An aversive sentiment shot through Cash’s bloodstream. Showing this went counterpart to his spiritual principles, so he chose to light a new cigarette instead. So far Cash had managed to delight the judges. If there was one person besides Lindgren capable of stealing his crown, it must’ve been the Korean.
‘I read your story on virtual reality’ said Cash. ‘You think we’re headed somewhere similar?’
‘Man seeks union to something. He will create literature to justify what he belongs to. Does it come before or after our beliefs? That’s the issue.’
Cash didn’t quite get this. He nodded.

Belano had followed sales for his episodes. His creative licenses were measured dangers: P. had let them pass thus far. He also knew, thanks to his experience behind the curtains of the industry, that the endeavor was going far too well for P. to allow itself any delays. They had promised one episode per week to an impatient public. No, they wouldn’t risk finding another nègre at this point either, Belano bet. There were only a handful of episodes left until the end of the series, plus Belano’s style was well-arrayed in the collective unconscious by then. To bring about a substitute ghost writer would imply his absorbing and replicating Belano’s style, then writing several drafts for the next episode on time. In seven days? Now certain he was irreplaceable, our nègre progressively let his imagination go wild.
To add insult to P’s impotence, the more Belano invented, the more his episode sold copies, the more people talked about them. Business was business.

Cash and Xin said see-you-later to Lindgren and headed to the pool area, discussing the semiotic step from impression to concept.  It would be the last time they would see the Swedish sniper. Night fell.

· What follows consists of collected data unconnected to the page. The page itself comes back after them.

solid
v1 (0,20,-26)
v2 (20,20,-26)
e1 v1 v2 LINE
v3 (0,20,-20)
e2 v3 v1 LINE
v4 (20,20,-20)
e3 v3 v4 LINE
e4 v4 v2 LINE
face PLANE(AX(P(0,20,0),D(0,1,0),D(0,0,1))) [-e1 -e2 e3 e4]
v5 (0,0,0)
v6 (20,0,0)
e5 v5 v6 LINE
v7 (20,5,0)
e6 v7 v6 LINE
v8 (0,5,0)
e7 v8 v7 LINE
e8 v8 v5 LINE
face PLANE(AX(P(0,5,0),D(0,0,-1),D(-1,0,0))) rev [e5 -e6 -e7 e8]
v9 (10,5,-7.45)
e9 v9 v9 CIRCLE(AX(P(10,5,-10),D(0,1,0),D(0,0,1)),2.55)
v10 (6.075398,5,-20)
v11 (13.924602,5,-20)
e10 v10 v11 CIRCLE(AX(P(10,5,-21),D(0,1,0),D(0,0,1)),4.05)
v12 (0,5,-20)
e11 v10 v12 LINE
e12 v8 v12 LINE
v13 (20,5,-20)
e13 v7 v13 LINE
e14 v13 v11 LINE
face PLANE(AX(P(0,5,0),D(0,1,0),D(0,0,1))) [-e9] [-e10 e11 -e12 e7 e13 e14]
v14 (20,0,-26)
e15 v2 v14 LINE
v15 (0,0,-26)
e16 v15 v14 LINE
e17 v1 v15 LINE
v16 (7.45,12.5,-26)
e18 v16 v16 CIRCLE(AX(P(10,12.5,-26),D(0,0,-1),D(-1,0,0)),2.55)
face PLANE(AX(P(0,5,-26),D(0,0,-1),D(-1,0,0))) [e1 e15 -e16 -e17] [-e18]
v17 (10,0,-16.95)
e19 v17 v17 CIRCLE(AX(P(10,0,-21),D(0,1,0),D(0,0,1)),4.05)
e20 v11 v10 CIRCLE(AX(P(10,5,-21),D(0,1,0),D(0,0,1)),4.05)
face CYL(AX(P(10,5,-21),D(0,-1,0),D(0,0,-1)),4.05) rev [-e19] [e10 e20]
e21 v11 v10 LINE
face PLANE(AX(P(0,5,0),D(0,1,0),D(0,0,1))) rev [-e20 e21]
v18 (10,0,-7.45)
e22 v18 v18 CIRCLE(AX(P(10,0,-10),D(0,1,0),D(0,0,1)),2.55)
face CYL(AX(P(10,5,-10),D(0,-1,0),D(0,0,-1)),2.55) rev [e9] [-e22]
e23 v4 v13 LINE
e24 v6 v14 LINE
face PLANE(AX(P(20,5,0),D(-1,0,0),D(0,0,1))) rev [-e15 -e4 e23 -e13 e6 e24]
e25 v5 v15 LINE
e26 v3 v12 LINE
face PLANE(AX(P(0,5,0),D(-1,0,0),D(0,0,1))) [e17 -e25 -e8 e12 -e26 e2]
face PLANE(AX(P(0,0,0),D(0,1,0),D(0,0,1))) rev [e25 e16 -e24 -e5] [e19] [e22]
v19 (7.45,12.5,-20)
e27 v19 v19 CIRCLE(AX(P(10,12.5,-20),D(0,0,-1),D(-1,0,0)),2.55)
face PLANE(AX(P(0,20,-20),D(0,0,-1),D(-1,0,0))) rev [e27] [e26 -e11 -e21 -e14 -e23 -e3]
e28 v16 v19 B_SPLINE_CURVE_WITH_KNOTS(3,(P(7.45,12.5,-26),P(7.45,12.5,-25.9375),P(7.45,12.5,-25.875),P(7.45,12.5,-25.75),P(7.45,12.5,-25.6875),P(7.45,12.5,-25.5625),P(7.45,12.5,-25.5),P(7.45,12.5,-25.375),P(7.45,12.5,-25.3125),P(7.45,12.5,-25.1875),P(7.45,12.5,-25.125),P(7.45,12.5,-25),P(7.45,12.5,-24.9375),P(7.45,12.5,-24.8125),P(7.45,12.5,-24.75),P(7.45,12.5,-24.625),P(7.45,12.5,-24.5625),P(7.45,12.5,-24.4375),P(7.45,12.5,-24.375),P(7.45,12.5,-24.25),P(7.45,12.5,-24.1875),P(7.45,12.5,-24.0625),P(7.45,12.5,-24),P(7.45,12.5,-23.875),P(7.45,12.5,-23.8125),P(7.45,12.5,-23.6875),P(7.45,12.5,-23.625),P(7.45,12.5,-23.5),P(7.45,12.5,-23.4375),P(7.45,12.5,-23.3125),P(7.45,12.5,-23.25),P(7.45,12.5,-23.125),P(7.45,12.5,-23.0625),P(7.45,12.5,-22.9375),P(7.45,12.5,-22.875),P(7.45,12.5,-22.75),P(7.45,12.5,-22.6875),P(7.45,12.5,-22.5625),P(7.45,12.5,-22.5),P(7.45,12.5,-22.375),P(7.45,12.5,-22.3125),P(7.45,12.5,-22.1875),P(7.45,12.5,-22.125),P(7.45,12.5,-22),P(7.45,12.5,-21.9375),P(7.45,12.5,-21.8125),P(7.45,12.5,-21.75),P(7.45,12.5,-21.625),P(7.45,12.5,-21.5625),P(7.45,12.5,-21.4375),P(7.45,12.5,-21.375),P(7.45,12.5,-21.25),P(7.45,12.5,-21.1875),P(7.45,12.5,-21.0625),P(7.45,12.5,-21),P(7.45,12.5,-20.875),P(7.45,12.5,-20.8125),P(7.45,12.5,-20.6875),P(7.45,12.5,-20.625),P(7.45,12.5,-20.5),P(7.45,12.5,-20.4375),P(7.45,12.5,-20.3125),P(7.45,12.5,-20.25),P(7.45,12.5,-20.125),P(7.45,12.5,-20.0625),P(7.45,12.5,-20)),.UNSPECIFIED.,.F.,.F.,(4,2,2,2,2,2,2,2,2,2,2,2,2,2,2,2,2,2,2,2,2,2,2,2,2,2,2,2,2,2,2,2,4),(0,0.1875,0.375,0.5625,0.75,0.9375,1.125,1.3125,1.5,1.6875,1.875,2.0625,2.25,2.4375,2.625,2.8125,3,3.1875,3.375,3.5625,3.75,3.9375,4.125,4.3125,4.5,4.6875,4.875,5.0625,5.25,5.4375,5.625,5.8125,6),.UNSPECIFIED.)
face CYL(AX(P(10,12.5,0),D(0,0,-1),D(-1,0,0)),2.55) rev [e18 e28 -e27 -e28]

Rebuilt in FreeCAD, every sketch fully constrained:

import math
import FreeCAD as App
import Part
import Sketcher
from FreeCAD import Vector


def add_polygon(sketch, points):
    """Adds a closed chain of lines whose ends are joined by coincident constraints."""
    first, n = sketch.GeometryCount, len(points)
    for a, b in zip(points, points[1:] + points[:1]):
        sketch.addGeometry(Part.LineSegment(App.Vector(*a, 0), App.Vector(*b, 0)), False)
    for i in range(n):
        sketch.addConstraint(Sketcher.Constraint("Coincident", first + i, 2, first + (i + 1) % n, 1))

doc = App.newDocument("Part")
body = doc.addObject("PartDesign::Body", "Body")

# Sketch on XZ plane
sketch1 = body.newObject("Sketcher::SketchObject", "Sketch")
sketch1.AttachmentSupport = (doc.getObject("XZ_Plane"), [""])
sketch1.MapMode = "FlatFace"
add_polygon(sketch1, [(0, 0), (20, 0), (20, -26), (0, -26)])  # lines 0-3
sketch1.addGeometry(Part.ArcOfCircle(Part.Circle(Vector(10, -21, 0), Vector(0, 0, 1), 4), math.radians(14), math.radians(166)), False)  # 4
sketch1.addGeometry(Part.ArcOfCircle(Part.Circle(Vector(10, -21, 0), Vector(0, 0, 1), 4), math.radians(166), math.radians(360)), False)  # 5
sketch1.addGeometry(Part.ArcOfCircle(Part.Circle(Vector(10, -21, 0), Vector(0, 0, 1), 4), math.radians(0), math.radians(14.29)), False)  # 6
sketch1.addGeometry(Part.Circle(Vector(10, -10, 0), Vector(0, 0, 1), 2.5), False)  # 7
sketch1.addConstraint(Sketcher.Constraint("Tangent", 4, 2, 5, 1))
sketch1.addConstraint(Sketcher.Constraint("Tangent", 5, 2, 6, 1))
sketch1.addConstraint(Sketcher.Constraint("Tangent", 6, 2, 4, 1))
sketch1.addConstraint(Sketcher.Constraint("Horizontal", 0))
sketch1.addConstraint(Sketcher.Constraint("Vertical", 1))
sketch1.addConstraint(Sketcher.Constraint("Horizontal", 2))
sketch1.addConstraint(Sketcher.Constraint("Vertical", 3))
sketch1.addConstraint(Sketcher.Constraint("Coincident", 3, 2, -1, 1))
sketch1.addConstraint(Sketcher.Constraint("Horizontal", 6, 3, 5, 2))
sketch1.addConstraint(Sketcher.Constraint("Horizontal", 4, 2, 6, 2))
sketch1.addConstraint(Sketcher.Constraint("Vertical", 6, 3, 7, 3))
sketch1.addConstraint(Sketcher.Constraint("Diameter", 7, 5.1))
sketch1.addConstraint(Sketcher.Constraint("DistanceX", 0, 1, 0, 2, 20.0))
sketch1.addConstraint(Sketcher.Constraint("DistanceY", 1, 2, 1, 1, 26.0))
sketch1.addConstraint(Sketcher.Constraint("Radius", 4, 4.05))
sketch1.addConstraint(Sketcher.Constraint("DistanceX", -1, 1, 4, 3, 10.0))
sketch1.addConstraint(Sketcher.Constraint("DistanceY", 4, 3, -1, 1, 21.0))
sketch1.addConstraint(Sketcher.Constraint("DistanceY", 7, 3, -1, 1, 10.0))
sketch1.addConstraint(Sketcher.Constraint("DistanceY", 4, 2, -1, 1, 20.0))
pad1 = body.newObject("PartDesign::Pad", "Pad")
pad1.Profile = sketch1
pad1.Length = 5
pad1.Reversed = True

# Sketch on XZ plane
sketch2 = body.newObject("Sketcher::SketchObject", "Sketch001")
sketch2.AttachmentSupport = (doc.getObject("XZ_Plane"), [""])
sketch2.MapMode = "FlatFace"
sketch2.addGeometry(Part.LineSegment(Vector(0, -26, 0), Vector(0, -20, 0)), False)
sketch2.addGeometry(Part.LineSegment(Vector(0, -20, 0), Vector(6.1, -20, 0)), False)
sketch2.addGeometry(Part.ArcOfCircle(Part.Circle(Vector(10, -21, 0), Vector(0, 0, 1), 4), math.radians(166), math.radians(360)), False)
sketch2.addGeometry(Part.ArcOfCircle(Part.Circle(Vector(10, -21, 0), Vector(0, 0, 1), 4), math.radians(0), math.radians(14.29)), False)
sketch2.addGeometry(Part.LineSegment(Vector(13.9, -20, 0), Vector(20, -20, 0)), False)
sketch2.addGeometry(Part.LineSegment(Vector(20, -20, 0), Vector(20, -26, 0)), False)
sketch2.addGeometry(Part.LineSegment(Vector(20, -26, 0), Vector(0, -26, 0)), False)
sketch2.addConstraint(Sketcher.Constraint("Coincident", 0, 2, 1, 1))
sketch2.addConstraint(Sketcher.Constraint("Coincident", 1, 2, 2, 1))
sketch2.addConstraint(Sketcher.Constraint("Tangent", 2, 2, 3, 1))
sketch2.addConstraint(Sketcher.Constraint("Coincident", 3, 2, 4, 1))
sketch2.addConstraint(Sketcher.Constraint("Coincident", 4, 2, 5, 1))
sketch2.addConstraint(Sketcher.Constraint("Coincident", 5, 2, 6, 1))
sketch2.addConstraint(Sketcher.Constraint("Coincident", 6, 2, 0, 1))
sketch2.addConstraint(Sketcher.Constraint("Vertical", 0))
sketch2.addConstraint(Sketcher.Constraint("Horizontal", 1))
sketch2.addConstraint(Sketcher.Constraint("Horizontal", 4))
sketch2.addConstraint(Sketcher.Constraint("Vertical", 5))
sketch2.addConstraint(Sketcher.Constraint("Horizontal", 6))
sketch2.addConstraint(Sketcher.Constraint("Equal", 2, 3))
sketch2.addConstraint(Sketcher.Constraint("PointOnObject", 0, 2, -2))
sketch2.addConstraint(Sketcher.Constraint("Horizontal", 3, 3, 2, 2))
sketch2.addConstraint(Sketcher.Constraint("Horizontal", 1, 2, 3, 2))
sketch2.addConstraint(Sketcher.Constraint("Equal", 1, 4))
sketch2.addConstraint(Sketcher.Constraint("DistanceX", 6, 2, 6, 1, 20.0))
sketch2.addConstraint(Sketcher.Constraint("DistanceY", 0, 1, 0, 2, 6.0))
sketch2.addConstraint(Sketcher.Constraint("Radius", 2, 4.05))
sketch2.addConstraint(Sketcher.Constraint("DistanceY", 2, 3, -1, 1, 21.0))
sketch2.addConstraint(Sketcher.Constraint("DistanceY", 0, 2, -1, 1, 20.0))
pad2 = body.newObject("PartDesign::Pad", "Pad001")
pad2.Profile = sketch2
pad2.Length = 20
pad2.Reversed = True

# Sketch on XZ plane
sketch3 = body.newObject("Sketcher::SketchObject", "Sketch002")
sketch3.AttachmentSupport = (doc.getObject("XZ_Plane"), [""])
sketch3.MapMode = "FlatFace"
sketch3.AttachmentOffset = App.Placement(Vector(0, 0, -5), App.Rotation())
sketch3.addGeometry(Part.LineSegment(Vector(6.1, -20, 0), Vector(13.9, -20, 0)), False)
sketch3.addGeometry(Part.ArcOfCircle(Part.Circle(Vector(10, -21, 0), Vector(0, 0, 1), 4), math.radians(166), math.radians(374)), False)
sketch3.addConstraint(Sketcher.Constraint("Coincident", 0, 1, 1, 1))
sketch3.addConstraint(Sketcher.Constraint("Coincident", 1, 2, 0, 2))
sketch3.addConstraint(Sketcher.Constraint("Horizontal", 0))
sketch3.addConstraint(Sketcher.Constraint("Radius", 1, 4.05))
sketch3.addConstraint(Sketcher.Constraint("DistanceX", -1, 1, 1, 3, 10.0))
sketch3.addConstraint(Sketcher.Constraint("DistanceY", 1, 3, -1, 1, 21.0))
sketch3.addConstraint(Sketcher.Constraint("DistanceY", 0, 1, -1, 1, 20.0))
pad3 = body.newObject("PartDesign::Pad", "Pad002")
pad3.Profile = sketch3
pad3.Length = 15
pad3.Reversed = True

# Sketch on XY plane
sketch4 = body.newObject("Sketcher::SketchObject", "Sketch003")
sketch4.AttachmentSupport = (doc.getObject("XY_Plane"), [""])
sketch4.MapMode = "FlatFace"
sketch4.AttachmentOffset = App.Placement(Vector(0, 0, -26), App.Rotation())
sketch4.addGeometry(Part.Circle(Vector(10, 12.5, 0), Vector(0, 0, 1), 2.5), False)
sketch4.addConstraint(Sketcher.Constraint("Diameter", 0, 5.1))
sketch4.addConstraint(Sketcher.Constraint("DistanceX", -1, 1, 0, 3, 10.0))
sketch4.addConstraint(Sketcher.Constraint("DistanceY", -1, 1, 0, 3, 12.5))
pocket1 = body.newObject("PartDesign::Pocket", "Pocket")
pocket1.Profile = sketch4
pocket1.Type = "ThroughAll"
pocket1.Reversed = True

doc.recompute()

The following morning, as Cash cleaned his knife, the judged silently read Xin’s story. It was the third and last one cued up; only three writers remained in the house. Two of the judges praised his ability to change his style and genre at will. Another judge reflected on the open ending, wondered why the author had chosen the pool as a symbol in the final sequence. An urgent call interrupted their deliberation. A security guard was doing his early rounds when he had found a body in the bottom of a red sea. The chorine had started to decompose the epidermis, to split the eye lashes, to degrade the victim’s pale visage, rendering it almost transparent. The judge who had picked up the phone hung up without a word. He looked at his colleagues one by one, then turned slowly towards Xin’s story, which he still had in his right hand.
When the police arrived, the officers on the copilot seats put away P’s final episode and approached the perimeter, handguns drawn. They busted Cash smoking on the porch next to a book by one Alan Watts. An officer looked at Cash repulsively: ‘you were my favorite one’ he said, ‘how could you’. They handcuffed him and put him in the squad car.
Down at the station, they opened a dossier for Cash, but had to wash his hands before his finger prints could be taken. There, in front of the mirror, the ink on his fingers dripped down the sink, zigzagged through the drain pipes and finally diluted without a trace.